Last week, as they cleaned up the blood of Chantel Curtis, the Staten Island woman who was shot by a boyfriend who then killed himself, Mr. Gospodarski could not help noticing the details of her life: the treadmill in the living room, the vase of roses on the table and the joyful clutter of children's toys. "Why can't these people just kill themselves and leave everyone else alone?" he asked, his eyes pausing on a photograph of the victim and her young son.

It comes as some relief to Bio-Recovery's workers that many cleanups are limited to tiled bathrooms. A fair number of suicides are carried out in bathtubs, and many elderly people, beset by illness, will retreat to a bathroom to die, often on the toilet, the workers said.
Manny Sosa, like many employees, said he had become inured to death. He once retched during a cleanup that required him to handle entrails, but by now he can eat lunch on the job. "Sometimes we play detective and try to figure out what happened," said Mr. Sosa, 26. "I actually look forward to coming to work."
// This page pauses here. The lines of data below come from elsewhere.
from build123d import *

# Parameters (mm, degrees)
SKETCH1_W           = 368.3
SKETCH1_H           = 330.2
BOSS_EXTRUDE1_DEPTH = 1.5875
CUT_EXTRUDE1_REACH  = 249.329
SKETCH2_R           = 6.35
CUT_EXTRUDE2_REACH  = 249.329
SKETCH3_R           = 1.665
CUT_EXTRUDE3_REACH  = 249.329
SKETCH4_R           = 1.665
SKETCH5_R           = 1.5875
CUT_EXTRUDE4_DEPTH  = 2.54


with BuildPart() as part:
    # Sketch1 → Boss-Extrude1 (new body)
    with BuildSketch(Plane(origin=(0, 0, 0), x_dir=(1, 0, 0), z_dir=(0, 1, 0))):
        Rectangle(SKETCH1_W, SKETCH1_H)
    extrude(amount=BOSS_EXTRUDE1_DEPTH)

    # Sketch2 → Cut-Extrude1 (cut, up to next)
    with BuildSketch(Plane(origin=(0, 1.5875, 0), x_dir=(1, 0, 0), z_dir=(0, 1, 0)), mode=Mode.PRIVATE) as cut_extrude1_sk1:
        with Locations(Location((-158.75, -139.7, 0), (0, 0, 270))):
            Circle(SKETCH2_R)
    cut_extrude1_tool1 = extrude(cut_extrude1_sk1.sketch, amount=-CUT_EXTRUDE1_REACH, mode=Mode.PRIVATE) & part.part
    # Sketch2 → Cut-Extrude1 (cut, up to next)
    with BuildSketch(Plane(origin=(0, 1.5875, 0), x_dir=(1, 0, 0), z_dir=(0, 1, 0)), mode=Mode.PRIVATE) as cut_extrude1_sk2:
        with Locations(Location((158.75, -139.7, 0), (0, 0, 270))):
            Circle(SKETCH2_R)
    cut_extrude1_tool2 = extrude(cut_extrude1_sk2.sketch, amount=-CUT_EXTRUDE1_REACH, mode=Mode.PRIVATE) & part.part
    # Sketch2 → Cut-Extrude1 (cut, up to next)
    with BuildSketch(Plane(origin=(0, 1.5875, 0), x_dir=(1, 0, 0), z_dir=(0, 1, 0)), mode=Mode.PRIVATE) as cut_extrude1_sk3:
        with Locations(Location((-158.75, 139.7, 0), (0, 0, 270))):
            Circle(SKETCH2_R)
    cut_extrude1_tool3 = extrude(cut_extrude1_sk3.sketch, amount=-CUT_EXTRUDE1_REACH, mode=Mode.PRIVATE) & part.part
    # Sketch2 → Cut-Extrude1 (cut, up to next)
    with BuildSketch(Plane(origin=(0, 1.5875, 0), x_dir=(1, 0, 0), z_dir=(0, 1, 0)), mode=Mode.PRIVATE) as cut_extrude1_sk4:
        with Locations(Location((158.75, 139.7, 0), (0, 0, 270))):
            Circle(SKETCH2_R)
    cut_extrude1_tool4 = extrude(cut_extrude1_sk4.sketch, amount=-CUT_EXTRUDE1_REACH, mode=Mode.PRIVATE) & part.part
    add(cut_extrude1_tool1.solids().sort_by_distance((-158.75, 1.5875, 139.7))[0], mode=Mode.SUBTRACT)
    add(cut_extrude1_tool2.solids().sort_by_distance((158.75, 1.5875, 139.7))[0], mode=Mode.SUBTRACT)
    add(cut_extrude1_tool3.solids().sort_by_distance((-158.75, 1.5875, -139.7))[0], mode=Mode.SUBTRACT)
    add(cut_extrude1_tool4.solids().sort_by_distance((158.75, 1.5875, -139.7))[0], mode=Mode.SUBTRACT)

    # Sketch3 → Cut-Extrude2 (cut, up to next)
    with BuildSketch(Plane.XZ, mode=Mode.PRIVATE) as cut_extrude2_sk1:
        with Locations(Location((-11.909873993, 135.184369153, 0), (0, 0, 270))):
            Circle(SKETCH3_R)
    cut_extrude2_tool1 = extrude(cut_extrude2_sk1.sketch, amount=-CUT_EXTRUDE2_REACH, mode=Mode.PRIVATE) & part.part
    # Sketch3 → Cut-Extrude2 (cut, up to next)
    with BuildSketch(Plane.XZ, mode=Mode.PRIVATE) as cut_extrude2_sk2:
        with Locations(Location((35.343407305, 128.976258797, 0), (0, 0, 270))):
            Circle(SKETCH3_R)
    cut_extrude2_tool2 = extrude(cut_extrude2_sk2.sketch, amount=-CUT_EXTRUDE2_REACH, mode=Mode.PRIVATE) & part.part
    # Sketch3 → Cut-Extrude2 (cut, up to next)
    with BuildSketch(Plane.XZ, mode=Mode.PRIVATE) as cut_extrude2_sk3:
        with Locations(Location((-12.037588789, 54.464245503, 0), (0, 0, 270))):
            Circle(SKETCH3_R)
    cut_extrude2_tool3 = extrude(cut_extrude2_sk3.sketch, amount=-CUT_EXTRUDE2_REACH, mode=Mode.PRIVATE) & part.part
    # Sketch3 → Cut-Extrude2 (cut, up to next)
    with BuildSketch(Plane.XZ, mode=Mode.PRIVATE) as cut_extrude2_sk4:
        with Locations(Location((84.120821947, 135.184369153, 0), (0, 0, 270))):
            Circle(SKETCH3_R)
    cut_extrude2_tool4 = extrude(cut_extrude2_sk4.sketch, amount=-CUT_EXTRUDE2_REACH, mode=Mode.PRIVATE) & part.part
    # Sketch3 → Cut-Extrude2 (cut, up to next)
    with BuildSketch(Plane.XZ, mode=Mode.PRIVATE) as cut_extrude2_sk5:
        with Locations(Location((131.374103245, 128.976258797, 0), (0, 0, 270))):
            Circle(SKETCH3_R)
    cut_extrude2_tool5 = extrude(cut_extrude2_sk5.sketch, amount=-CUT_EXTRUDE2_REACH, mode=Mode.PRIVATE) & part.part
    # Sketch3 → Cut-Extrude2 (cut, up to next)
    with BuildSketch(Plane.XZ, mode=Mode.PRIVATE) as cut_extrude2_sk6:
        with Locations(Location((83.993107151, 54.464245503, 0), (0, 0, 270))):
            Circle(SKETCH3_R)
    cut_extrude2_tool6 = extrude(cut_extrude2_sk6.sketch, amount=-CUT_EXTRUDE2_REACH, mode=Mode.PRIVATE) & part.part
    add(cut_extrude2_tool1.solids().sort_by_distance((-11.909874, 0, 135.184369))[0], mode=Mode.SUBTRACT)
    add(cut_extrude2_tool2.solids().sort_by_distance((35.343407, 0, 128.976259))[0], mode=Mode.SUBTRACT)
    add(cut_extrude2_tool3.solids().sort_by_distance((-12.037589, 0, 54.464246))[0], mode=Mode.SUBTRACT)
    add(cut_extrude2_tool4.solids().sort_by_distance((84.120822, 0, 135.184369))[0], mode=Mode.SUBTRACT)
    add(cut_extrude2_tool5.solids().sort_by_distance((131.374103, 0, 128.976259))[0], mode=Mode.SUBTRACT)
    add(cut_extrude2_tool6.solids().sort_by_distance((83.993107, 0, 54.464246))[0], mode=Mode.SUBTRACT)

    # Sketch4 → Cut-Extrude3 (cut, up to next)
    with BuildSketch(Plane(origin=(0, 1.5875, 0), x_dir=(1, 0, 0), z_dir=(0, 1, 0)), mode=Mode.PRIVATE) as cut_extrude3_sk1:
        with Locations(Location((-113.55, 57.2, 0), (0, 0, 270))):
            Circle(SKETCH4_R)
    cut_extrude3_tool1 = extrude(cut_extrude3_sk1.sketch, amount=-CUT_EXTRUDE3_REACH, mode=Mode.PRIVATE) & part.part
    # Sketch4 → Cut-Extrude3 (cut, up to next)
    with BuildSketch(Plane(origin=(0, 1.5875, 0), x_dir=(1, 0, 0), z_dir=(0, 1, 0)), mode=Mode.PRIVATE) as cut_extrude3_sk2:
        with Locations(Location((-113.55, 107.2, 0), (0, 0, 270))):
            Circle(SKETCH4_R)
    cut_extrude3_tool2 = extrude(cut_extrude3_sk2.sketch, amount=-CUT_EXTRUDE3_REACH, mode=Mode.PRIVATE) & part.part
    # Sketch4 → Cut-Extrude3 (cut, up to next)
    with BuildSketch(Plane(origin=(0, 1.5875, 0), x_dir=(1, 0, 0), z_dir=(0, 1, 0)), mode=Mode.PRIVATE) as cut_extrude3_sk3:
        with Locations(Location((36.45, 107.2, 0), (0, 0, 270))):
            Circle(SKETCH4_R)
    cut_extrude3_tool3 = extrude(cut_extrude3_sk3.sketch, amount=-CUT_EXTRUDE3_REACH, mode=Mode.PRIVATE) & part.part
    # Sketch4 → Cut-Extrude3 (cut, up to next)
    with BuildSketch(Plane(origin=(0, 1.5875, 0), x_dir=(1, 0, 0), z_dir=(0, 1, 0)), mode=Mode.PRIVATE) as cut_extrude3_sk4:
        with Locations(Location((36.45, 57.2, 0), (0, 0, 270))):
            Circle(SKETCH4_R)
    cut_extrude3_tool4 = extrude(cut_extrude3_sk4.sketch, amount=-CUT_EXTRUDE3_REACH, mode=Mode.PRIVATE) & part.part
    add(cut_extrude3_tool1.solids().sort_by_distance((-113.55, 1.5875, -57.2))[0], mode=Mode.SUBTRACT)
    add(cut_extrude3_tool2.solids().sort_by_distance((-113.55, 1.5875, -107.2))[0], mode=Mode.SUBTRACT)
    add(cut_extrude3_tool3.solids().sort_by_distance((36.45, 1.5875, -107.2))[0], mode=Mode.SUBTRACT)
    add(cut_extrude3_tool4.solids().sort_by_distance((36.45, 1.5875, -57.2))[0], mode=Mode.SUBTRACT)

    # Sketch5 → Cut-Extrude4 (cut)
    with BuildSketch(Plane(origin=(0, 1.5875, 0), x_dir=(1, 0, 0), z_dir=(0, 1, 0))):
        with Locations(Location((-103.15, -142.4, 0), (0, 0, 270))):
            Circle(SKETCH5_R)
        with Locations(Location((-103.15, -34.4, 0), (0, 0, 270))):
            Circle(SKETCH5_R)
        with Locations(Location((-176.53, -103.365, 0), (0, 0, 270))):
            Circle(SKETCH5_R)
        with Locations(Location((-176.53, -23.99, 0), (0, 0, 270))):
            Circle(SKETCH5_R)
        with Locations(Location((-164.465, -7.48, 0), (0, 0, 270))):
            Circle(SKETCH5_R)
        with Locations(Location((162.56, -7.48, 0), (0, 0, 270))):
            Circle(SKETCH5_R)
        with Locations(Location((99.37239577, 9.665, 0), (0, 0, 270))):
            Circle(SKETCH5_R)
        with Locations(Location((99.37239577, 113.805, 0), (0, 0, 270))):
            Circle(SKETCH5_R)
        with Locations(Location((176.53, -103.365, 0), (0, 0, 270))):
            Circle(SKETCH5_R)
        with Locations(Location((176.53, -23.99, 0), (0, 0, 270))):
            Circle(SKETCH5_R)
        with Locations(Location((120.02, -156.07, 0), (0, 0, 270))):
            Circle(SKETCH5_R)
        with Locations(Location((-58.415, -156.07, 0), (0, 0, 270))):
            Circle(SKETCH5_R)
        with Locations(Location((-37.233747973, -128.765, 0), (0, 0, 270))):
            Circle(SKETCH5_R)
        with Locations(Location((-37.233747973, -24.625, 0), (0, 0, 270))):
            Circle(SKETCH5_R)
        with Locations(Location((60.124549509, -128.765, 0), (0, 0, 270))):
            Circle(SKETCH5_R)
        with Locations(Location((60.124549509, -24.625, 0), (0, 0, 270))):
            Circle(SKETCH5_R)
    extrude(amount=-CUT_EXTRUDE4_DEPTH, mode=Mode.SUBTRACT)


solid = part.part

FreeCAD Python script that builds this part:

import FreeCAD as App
import Part
import Sketcher
Q = App.Units.Quantity

doc = App.newDocument("Part")
body = doc.addObject("PartDesign::Body", "Body")

sketch1 = doc.addObject("Sketcher::SketchObject", "Sketch")
body.addObject(sketch1)
sketch1.AttachmentSupport = (doc.XZ_Plane, [""])
sketch1.MapMode = "FlatFace"
sketch1.addGeometry(Part.LineSegment(App.Vector(-184, -165, 0), App.Vector(-184, 165, 0)), False)
sketch1.addGeometry(Part.LineSegment(App.Vector(-184, 165, 0), App.Vector(184, 165, 0)), False)
sketch1.addGeometry(Part.LineSegment(App.Vector(184, 165, 0), App.Vector(184, -165, 0)), False)
sketch1.addGeometry(Part.LineSegment(App.Vector(184, -165, 0), App.Vector(-184, -165, 0)), False)
sketch1.addConstraint(Sketcher.Constraint("Coincident", 0, 2, 1, 1))
sketch1.addConstraint(Sketcher.Constraint("Coincident", 1, 2, 2, 1))
sketch1.addConstraint(Sketcher.Constraint("Coincident", 2, 2, 3, 1))
sketch1.addConstraint(Sketcher.Constraint("Coincident", 3, 2, 0, 1))
sketch1.addConstraint(Sketcher.Constraint("Vertical", 0))
sketch1.addConstraint(Sketcher.Constraint("Horizontal", 1))
sketch1.addConstraint(Sketcher.Constraint("Vertical", 2))
sketch1.addConstraint(Sketcher.Constraint("Horizontal", 3))
sketch1.addConstraint(Sketcher.Constraint("Symmetric", 0, 2, 2, 2, -1, 1))
sketch1.addConstraint(Sketcher.Constraint("DistanceY", 0, 1, 0, 2, Q("13 in")))
sketch1.addConstraint(Sketcher.Constraint("DistanceX", 1, 1, 1, 2, Q("14.5 in")))
pad1 = doc.addObject("PartDesign::Pad", "Pad")
body.addObject(pad1)
pad1.Profile = sketch1
pad1.Length = Q("0.0625 in")
pad1.Reversed = True

sketch2 = doc.addObject("Sketcher::SketchObject", "Sketch001")
body.addObject(sketch2)
sketch2.AttachmentSupport = (doc.XZ_Plane, [""])
sketch2.MapMode = "FlatFace"
sketch2.AttachmentOffset = App.Placement(App.Vector(0, 0, -0.0625 * 25.4), App.Rotation())
sketch2.addGeometry(Part.Circle(App.Vector(-159, 140, 0), App.Vector(0, 0, 1), 6), False)
sketch2.addConstraint(Sketcher.Constraint("Diameter", 0, Q("0.5 in")))
sketch2.addConstraint(Sketcher.Constraint("DistanceY", -1, 1, 0, 3, Q("5.5 in")))
sketch2.addConstraint(Sketcher.Constraint("DistanceX", 0, 3, -1, 1, Q("6.25 in")))
pocket1 = doc.addObject("PartDesign::Pocket", "Pocket")
body.addObject(pocket1)
pocket1.Profile = sketch2
pocket1.Type = "UpToFirst"
pocket1.Reversed = True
While they may be accustomed to gore, even the hardiest among the crew were unnerved by a recent job that required them to clean out a house in the Bronx that had been used for Santeria, the South American and Caribbean religion that involves the ritual slaughter of animals. The practitioners had defaulted on their mortgage, leaving the bank to deal with whatever mysteries lurked in the dank basement. Mr. Gospodarski's workers, dressed in biohazard suits, sifted through soil and discovered animal hoofs, desiccated snakes, razor blades and bottles of liquid marked with the international symbol for poison. The workers, most of them from Latin America and the West Indies, were clearly scared. At one point, Mr. Sosa unearthed what appeared to be a clump of human hair, and the crew's collective shudder was palpable. "I don't like this one bit," Mr. Sosa said. "I'd rather be dealing with a gunshot victim."

The summer months were unusually slow, and Mr. Gospodarski said he was looking forward to winter, when violence tends to move indoors. Bloodshed is more common in the summer, but there is little money to be made from gunplay that stains the pavement. With winter, however, people end up packed into tiny apartments. Throw boredom, drugs and weapons into the mix, and you have the potential makings for a bio-recovery bonanza.
"When cabin fever sets in, we get a lot of calls," he said. "All you can do is hope for a heavy snowstorm."